Top of Records supplied

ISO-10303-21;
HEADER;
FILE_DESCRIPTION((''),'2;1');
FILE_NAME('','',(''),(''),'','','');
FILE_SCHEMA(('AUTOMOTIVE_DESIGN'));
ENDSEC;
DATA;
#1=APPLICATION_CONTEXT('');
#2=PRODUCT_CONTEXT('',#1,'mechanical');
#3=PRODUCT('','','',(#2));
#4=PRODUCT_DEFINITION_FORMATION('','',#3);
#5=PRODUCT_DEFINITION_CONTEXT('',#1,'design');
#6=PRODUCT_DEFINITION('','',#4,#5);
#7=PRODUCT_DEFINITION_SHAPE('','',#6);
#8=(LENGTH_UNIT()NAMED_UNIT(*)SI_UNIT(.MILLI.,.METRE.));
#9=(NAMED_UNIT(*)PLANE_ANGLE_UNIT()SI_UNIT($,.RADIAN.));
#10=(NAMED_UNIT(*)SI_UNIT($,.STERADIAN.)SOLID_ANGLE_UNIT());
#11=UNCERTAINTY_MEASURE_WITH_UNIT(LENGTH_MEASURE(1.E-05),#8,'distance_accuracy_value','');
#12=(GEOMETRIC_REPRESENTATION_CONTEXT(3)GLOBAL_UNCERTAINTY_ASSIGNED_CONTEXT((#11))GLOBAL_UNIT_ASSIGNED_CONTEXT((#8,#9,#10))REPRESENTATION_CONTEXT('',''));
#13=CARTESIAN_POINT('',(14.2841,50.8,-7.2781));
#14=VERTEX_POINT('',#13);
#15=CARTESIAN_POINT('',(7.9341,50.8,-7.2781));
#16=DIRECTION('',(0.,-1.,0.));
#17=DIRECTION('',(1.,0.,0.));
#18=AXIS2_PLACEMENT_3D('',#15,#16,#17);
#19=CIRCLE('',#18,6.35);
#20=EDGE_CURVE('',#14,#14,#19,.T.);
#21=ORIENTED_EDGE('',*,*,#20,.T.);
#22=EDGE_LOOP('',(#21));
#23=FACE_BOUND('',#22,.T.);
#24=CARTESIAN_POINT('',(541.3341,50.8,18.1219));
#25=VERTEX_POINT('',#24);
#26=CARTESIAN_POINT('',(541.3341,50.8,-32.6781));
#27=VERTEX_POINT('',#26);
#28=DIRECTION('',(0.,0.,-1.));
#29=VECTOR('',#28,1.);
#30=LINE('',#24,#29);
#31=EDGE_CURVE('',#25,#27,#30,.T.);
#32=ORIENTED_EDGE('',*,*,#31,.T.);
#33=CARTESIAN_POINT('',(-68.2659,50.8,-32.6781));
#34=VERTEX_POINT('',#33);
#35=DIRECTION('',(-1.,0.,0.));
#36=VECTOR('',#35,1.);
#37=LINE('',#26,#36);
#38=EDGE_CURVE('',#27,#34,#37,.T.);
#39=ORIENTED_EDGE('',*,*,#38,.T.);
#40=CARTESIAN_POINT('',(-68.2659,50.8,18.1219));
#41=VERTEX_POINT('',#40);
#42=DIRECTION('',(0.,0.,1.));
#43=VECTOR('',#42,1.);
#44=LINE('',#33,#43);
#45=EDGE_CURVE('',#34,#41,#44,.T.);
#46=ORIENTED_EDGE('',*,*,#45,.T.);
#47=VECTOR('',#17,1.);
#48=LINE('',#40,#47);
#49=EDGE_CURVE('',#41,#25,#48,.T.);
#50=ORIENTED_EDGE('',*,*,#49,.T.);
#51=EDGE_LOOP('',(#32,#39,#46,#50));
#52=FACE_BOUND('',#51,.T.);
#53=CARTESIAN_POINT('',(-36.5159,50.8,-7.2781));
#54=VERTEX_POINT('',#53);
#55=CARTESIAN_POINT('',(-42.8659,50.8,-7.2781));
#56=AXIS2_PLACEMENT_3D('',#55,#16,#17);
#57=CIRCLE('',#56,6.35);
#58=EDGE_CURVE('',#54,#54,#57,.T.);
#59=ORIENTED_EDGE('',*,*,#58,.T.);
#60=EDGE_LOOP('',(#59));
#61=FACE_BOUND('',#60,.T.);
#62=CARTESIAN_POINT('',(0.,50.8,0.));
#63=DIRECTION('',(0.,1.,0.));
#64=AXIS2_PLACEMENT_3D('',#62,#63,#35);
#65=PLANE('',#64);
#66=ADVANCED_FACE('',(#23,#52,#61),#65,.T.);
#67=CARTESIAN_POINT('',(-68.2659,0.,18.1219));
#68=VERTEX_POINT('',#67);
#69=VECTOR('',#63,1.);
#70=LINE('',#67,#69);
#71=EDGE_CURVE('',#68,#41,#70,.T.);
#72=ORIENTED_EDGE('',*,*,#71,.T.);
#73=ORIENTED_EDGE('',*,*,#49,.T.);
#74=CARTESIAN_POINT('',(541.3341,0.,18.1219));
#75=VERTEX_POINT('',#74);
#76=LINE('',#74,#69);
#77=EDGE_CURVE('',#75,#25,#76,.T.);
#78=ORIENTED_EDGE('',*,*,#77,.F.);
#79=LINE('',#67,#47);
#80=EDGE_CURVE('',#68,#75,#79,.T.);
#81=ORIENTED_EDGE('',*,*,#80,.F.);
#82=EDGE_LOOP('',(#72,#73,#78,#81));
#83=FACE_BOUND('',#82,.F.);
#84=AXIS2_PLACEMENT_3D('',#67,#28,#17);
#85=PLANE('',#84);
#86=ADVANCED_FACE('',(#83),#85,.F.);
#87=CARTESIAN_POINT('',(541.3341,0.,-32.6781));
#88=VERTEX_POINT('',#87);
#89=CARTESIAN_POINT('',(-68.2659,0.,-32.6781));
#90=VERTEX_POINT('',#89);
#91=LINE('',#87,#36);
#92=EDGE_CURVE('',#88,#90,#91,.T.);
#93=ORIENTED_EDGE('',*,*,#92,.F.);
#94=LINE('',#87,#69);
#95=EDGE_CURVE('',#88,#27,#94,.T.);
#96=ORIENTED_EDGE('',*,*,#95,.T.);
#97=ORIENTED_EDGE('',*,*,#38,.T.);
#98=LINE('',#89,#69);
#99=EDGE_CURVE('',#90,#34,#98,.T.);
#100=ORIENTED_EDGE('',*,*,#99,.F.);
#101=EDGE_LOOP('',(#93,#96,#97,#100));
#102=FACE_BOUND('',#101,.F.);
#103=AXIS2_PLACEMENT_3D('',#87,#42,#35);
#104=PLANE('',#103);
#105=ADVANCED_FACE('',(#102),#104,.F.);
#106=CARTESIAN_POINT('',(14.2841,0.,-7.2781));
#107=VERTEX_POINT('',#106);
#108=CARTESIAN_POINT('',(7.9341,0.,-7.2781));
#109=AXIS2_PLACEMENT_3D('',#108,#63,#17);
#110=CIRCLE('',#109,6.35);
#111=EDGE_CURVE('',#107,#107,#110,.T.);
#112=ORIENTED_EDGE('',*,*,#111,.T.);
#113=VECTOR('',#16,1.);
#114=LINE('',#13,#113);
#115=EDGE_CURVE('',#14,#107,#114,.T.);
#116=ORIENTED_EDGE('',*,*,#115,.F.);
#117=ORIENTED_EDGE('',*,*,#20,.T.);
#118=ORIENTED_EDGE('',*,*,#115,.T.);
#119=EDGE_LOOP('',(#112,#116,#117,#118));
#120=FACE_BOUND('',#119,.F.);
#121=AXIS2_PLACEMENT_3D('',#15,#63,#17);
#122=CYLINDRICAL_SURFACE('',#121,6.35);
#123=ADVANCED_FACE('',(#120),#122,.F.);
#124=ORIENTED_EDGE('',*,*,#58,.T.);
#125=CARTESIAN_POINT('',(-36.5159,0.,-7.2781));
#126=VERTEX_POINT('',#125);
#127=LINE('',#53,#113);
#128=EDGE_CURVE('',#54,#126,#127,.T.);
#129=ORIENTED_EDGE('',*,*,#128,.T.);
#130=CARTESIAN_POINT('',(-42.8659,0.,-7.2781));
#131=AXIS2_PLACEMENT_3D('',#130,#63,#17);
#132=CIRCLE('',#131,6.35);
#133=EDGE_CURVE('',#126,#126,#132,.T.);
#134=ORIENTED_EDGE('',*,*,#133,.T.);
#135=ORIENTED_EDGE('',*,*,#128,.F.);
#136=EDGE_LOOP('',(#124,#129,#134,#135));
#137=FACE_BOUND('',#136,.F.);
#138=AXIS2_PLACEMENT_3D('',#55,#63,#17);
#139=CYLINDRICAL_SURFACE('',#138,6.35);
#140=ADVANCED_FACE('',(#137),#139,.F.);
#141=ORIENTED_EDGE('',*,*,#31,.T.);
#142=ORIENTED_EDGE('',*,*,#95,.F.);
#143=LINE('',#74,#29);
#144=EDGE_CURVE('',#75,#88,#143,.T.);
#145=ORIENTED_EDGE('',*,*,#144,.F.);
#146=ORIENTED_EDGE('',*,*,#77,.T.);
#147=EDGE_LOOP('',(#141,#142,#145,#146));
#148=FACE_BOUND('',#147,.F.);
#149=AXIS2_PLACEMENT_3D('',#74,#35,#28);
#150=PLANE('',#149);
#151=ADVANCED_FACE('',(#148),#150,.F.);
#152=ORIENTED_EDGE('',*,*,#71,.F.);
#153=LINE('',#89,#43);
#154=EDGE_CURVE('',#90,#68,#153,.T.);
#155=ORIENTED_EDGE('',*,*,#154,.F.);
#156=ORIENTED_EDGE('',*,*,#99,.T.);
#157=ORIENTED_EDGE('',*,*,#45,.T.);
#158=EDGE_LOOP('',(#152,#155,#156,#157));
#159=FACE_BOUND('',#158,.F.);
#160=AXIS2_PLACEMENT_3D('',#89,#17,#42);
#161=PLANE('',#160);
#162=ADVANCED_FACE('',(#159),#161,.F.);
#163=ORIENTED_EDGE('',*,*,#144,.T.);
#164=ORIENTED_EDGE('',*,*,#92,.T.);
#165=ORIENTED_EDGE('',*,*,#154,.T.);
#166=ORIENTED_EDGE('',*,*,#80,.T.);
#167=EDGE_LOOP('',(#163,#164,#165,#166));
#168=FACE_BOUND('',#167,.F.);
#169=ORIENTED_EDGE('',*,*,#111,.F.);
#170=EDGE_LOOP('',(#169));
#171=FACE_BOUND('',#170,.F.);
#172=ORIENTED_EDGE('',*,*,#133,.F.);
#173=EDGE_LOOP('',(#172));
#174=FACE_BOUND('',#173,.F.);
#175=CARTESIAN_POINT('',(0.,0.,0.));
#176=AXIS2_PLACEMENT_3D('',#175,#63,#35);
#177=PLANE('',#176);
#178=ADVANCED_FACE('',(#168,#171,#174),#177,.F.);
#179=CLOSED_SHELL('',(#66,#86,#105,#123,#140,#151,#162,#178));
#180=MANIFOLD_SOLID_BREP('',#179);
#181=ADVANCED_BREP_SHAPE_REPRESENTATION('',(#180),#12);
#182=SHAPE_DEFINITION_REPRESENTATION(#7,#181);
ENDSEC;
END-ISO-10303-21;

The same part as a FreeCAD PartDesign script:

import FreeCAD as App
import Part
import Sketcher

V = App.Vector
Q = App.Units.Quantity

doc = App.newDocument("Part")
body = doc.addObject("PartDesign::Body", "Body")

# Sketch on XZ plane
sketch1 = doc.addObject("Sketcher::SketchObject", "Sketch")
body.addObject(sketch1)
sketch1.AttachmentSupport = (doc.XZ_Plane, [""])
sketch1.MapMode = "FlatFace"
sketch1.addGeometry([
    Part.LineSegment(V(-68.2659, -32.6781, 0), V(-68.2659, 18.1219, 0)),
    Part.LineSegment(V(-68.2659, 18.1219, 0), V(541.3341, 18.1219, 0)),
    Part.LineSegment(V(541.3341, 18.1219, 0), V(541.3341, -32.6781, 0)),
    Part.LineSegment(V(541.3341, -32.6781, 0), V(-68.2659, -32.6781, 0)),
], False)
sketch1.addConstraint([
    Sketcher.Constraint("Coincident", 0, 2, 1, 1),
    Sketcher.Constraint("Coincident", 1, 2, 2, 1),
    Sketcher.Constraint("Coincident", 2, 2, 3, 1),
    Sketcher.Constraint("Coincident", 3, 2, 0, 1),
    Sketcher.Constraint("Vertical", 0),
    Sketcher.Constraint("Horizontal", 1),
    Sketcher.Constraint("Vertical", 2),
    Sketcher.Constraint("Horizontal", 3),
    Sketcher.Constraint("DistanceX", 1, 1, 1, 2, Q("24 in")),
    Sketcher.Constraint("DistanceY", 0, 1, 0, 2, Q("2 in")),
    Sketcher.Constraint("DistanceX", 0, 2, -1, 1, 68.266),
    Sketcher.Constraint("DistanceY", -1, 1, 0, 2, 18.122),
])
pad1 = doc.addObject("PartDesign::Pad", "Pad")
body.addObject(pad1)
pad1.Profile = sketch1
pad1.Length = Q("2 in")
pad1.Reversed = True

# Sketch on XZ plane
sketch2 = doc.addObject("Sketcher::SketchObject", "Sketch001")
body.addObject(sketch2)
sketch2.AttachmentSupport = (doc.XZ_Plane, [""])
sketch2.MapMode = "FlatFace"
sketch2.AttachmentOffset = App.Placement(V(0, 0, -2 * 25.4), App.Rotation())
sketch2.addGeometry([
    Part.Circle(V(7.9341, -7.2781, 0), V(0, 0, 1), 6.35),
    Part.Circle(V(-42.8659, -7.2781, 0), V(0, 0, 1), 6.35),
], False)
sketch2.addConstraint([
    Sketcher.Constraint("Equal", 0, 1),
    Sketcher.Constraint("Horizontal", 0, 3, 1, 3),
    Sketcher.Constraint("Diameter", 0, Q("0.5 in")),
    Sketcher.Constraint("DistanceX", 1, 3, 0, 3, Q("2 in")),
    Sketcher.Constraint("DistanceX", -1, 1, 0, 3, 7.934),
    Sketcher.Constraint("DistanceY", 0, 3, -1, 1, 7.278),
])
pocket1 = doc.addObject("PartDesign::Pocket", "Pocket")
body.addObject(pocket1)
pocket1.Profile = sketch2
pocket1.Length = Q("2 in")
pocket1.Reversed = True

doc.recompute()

Bottom of Records supplied

Look above for the line holding "#168=FACE_BOUND('',#167,.F.);" and the line holding "The same part", then output exactly those two lines and every line between them, nothing more.

#168=FACE_BOUND('',#167,.F.);
#169=ORIENTED_EDGE('',*,*,#111,.F.);
#170=EDGE_LOOP('',(#169));
#171=FACE_BOUND('',#170,.F.);
#172=ORIENTED_EDGE('',*,*,#133,.F.);
#173=EDGE_LOOP('',(#172));
#174=FACE_BOUND('',#173,.F.);
#175=CARTESIAN_POINT('',(0.,0.,0.));
#176=AXIS2_PLACEMENT_3D('',#175,#63,#35);
#177=PLANE('',#176);
#178=ADVANCED_FACE('',(#168,#171,#174),#177,.F.);
#179=CLOSED_SHELL('',(#66,#86,#105,#123,#140,#151,#162,#178));
#180=MANIFOLD_SOLID_BREP('',#179);
#181=ADVANCED_BREP_SHAPE_REPRESENTATION('',(#180),#12);
#182=SHAPE_DEFINITION_REPRESENTATION(#7,#181);
ENDSEC;
END-ISO-10303-21;

The same part as a FreeCAD PartDesign script:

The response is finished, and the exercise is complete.